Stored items
_ _ _ _ _ _ _

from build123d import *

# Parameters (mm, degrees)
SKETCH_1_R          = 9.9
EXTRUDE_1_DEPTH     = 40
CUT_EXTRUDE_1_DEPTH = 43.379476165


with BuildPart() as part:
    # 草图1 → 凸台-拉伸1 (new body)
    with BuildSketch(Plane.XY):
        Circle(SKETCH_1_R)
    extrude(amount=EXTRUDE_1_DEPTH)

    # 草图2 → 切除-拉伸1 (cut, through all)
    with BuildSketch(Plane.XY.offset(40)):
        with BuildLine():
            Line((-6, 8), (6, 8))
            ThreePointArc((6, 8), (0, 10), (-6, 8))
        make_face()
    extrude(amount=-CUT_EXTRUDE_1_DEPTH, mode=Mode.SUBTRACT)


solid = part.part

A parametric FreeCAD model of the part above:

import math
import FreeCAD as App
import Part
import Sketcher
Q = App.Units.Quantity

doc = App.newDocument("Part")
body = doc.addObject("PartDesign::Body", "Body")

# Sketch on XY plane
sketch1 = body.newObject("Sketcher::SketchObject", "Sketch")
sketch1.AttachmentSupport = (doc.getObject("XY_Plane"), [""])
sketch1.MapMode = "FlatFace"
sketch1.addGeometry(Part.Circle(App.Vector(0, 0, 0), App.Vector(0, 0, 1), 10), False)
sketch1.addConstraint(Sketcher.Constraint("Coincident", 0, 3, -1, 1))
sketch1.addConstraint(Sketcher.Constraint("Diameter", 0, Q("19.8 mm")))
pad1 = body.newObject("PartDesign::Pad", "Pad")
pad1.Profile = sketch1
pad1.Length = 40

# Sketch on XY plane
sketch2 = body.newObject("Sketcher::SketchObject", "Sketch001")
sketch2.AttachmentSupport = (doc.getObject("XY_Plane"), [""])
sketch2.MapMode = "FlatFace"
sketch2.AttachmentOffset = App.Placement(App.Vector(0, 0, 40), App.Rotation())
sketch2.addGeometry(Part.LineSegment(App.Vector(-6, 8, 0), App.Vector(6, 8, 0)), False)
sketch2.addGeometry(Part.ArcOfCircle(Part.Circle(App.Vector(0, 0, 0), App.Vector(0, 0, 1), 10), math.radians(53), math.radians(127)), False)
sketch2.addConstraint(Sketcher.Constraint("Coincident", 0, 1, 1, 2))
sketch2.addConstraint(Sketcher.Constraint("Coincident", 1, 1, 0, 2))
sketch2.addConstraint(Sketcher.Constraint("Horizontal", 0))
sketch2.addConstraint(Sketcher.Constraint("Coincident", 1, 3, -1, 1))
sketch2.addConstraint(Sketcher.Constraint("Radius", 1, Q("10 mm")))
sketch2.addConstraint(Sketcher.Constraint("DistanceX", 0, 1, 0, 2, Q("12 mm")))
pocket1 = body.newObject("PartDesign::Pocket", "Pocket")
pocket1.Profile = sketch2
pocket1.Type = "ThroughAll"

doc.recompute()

_ _ _ _ _ _ _

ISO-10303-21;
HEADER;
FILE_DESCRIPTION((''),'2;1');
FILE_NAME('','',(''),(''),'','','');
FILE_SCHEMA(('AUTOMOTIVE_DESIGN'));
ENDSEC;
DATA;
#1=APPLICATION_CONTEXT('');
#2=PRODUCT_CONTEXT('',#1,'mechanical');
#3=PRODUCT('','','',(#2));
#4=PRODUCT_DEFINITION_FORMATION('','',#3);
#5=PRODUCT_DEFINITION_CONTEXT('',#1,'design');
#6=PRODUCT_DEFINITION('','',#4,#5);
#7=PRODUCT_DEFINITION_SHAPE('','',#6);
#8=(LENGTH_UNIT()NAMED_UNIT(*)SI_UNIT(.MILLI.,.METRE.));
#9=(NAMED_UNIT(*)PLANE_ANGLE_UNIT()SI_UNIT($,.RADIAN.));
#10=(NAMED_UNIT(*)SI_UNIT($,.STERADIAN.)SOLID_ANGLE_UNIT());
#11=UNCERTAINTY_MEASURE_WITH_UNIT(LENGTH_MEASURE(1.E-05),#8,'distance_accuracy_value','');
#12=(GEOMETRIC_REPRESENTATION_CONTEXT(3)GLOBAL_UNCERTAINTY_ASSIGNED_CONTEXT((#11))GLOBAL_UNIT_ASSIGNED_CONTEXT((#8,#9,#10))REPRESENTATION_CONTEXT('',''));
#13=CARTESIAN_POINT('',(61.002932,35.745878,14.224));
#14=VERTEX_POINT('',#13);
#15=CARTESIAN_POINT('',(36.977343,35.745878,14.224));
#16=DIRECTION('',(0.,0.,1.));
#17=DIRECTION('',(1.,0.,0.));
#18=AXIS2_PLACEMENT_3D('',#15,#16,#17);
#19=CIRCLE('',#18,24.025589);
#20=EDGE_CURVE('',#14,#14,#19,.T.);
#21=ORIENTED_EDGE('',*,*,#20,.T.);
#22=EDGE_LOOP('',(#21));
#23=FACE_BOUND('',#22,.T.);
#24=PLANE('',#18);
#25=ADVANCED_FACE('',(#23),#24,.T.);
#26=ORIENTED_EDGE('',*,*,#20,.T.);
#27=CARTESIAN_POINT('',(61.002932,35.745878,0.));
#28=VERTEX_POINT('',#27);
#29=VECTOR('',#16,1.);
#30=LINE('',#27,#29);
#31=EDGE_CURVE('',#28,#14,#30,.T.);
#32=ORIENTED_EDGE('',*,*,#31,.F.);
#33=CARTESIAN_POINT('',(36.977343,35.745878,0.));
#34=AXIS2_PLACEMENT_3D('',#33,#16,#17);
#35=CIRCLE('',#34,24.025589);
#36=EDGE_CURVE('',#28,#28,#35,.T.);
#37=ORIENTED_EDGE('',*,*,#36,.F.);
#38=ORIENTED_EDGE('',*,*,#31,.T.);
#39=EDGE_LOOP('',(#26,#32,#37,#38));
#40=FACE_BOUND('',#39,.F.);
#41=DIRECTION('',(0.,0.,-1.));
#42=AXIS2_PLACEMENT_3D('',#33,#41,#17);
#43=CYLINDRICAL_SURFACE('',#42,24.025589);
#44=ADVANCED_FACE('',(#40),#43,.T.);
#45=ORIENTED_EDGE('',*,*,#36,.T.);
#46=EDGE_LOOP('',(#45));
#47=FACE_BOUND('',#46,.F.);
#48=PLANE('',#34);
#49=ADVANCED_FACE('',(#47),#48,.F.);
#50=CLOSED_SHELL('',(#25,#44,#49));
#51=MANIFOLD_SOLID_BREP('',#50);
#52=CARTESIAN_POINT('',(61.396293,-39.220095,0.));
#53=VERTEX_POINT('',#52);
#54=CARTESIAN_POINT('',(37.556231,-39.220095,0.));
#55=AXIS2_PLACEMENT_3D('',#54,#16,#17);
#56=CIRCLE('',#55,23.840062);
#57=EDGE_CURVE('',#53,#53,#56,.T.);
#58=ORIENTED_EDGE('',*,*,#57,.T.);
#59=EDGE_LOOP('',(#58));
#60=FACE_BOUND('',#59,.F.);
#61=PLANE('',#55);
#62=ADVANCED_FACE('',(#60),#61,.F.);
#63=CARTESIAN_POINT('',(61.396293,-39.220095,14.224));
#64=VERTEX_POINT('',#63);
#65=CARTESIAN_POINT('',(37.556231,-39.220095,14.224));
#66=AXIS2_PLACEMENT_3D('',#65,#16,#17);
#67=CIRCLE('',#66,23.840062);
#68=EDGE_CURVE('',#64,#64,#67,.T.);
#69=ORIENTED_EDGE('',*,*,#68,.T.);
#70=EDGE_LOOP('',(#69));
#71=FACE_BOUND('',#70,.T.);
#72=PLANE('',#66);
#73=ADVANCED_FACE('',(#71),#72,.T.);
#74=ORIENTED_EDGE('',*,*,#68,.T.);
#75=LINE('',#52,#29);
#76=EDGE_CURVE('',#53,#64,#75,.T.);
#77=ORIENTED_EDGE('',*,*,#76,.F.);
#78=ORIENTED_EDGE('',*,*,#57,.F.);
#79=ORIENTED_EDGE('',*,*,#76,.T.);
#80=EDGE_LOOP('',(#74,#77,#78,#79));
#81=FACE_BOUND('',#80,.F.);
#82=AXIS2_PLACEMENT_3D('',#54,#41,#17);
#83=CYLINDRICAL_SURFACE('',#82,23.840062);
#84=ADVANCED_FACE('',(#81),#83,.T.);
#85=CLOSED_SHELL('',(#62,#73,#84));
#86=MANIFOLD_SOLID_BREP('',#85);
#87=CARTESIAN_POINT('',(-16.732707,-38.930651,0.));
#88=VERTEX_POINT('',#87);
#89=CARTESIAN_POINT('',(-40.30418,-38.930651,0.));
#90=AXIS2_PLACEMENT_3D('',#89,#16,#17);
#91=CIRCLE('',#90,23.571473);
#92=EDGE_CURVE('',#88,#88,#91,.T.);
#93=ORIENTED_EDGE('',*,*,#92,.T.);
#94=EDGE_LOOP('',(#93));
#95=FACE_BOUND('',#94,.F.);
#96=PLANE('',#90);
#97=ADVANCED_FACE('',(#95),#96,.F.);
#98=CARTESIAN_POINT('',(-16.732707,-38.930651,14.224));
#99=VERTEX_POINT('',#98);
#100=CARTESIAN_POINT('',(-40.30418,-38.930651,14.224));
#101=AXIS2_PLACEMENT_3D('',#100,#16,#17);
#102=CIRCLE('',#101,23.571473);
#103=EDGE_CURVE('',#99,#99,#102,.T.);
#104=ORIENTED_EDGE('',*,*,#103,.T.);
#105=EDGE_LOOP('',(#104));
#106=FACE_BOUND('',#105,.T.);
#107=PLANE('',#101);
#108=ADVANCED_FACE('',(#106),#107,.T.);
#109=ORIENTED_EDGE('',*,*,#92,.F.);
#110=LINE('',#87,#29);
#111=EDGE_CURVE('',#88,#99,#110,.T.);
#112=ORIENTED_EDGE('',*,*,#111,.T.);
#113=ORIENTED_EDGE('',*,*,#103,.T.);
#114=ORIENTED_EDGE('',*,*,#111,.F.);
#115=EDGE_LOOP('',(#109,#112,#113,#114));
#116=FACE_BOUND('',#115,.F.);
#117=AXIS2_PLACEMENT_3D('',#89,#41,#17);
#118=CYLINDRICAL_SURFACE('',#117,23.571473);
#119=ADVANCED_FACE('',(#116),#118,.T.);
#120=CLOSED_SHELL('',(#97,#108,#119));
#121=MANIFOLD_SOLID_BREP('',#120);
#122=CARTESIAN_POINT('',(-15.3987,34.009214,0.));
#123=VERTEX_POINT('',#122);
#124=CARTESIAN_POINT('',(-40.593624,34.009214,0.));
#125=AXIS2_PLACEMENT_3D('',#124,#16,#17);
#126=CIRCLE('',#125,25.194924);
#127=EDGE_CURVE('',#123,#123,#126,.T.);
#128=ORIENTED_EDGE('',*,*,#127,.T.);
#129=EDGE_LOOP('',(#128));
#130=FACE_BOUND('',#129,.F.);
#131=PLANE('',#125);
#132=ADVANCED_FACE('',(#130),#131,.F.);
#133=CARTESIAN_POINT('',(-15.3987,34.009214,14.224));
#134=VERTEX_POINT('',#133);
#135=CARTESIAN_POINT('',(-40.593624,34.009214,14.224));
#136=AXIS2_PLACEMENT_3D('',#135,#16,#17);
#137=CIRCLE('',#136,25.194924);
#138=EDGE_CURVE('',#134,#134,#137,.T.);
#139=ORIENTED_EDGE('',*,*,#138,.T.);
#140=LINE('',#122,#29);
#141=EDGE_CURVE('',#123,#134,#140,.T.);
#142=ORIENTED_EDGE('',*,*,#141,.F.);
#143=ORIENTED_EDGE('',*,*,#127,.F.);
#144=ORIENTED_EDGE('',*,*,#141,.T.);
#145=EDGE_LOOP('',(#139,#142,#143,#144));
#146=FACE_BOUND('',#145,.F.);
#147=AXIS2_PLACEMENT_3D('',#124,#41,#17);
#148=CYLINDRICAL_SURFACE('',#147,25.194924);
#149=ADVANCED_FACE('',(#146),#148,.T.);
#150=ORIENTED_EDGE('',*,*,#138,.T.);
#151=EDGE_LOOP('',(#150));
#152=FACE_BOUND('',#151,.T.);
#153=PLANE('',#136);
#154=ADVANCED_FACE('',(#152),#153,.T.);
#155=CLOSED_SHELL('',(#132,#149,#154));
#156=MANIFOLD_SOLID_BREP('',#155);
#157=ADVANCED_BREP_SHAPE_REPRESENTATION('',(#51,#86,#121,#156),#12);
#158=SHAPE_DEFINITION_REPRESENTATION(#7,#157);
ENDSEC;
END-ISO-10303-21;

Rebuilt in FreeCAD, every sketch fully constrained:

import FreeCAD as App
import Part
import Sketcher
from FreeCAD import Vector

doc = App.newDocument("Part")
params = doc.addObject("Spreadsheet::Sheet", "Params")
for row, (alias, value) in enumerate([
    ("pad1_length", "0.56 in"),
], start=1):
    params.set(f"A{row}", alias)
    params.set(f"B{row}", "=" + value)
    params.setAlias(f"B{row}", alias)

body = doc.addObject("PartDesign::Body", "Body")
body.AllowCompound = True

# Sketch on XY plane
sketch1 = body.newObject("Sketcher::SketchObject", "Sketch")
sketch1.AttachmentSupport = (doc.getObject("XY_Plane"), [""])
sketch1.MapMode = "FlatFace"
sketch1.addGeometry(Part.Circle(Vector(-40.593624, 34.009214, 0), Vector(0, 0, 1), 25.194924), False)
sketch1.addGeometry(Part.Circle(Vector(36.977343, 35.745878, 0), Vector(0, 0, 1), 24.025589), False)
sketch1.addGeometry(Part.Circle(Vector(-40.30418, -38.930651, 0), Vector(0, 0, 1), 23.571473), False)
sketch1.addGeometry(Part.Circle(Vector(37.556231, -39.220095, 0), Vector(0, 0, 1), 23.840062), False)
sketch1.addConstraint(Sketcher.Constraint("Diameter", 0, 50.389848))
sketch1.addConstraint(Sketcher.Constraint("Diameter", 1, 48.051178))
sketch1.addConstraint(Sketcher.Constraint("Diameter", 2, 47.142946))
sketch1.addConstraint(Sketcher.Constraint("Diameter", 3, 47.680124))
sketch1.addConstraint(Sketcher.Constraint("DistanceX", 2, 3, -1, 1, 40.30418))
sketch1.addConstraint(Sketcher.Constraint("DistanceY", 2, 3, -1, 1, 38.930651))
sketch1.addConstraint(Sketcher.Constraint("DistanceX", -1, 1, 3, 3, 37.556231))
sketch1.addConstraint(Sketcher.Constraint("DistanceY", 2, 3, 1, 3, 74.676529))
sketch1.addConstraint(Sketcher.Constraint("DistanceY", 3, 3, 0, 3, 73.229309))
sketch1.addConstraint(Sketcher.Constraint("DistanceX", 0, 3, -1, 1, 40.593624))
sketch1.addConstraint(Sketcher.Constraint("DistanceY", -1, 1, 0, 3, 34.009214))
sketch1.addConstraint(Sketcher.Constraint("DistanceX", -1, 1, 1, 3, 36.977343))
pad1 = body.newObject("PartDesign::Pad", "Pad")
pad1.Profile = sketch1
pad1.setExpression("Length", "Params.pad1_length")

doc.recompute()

_ _ _ _ _ _ _

## [What is being asked]
Return the span of lines in the data above that opens at the line with "#71=FACE_BOUND('',#70,.T.);" and closes at the line with "#80=EDGE_LOOP('',(#74,#77,#78,#79));", exactly, ends included, nothing else.

## [Task answer]
#71=FACE_BOUND('',#70,.T.);
#72=PLANE('',#66);
#73=ADVANCED_FACE('',(#71),#72,.T.);
#74=ORIENTED_EDGE('',*,*,#68,.T.);
#75=LINE('',#52,#29);
#76=EDGE_CURVE('',#53,#64,#75,.T.);
#77=ORIENTED_EDGE('',*,*,#76,.F.);
#78=ORIENTED_EDGE('',*,*,#57,.F.);
#79=ORIENTED_EDGE('',*,*,#76,.T.);
#80=EDGE_LOOP('',(#74,#77,#78,#79));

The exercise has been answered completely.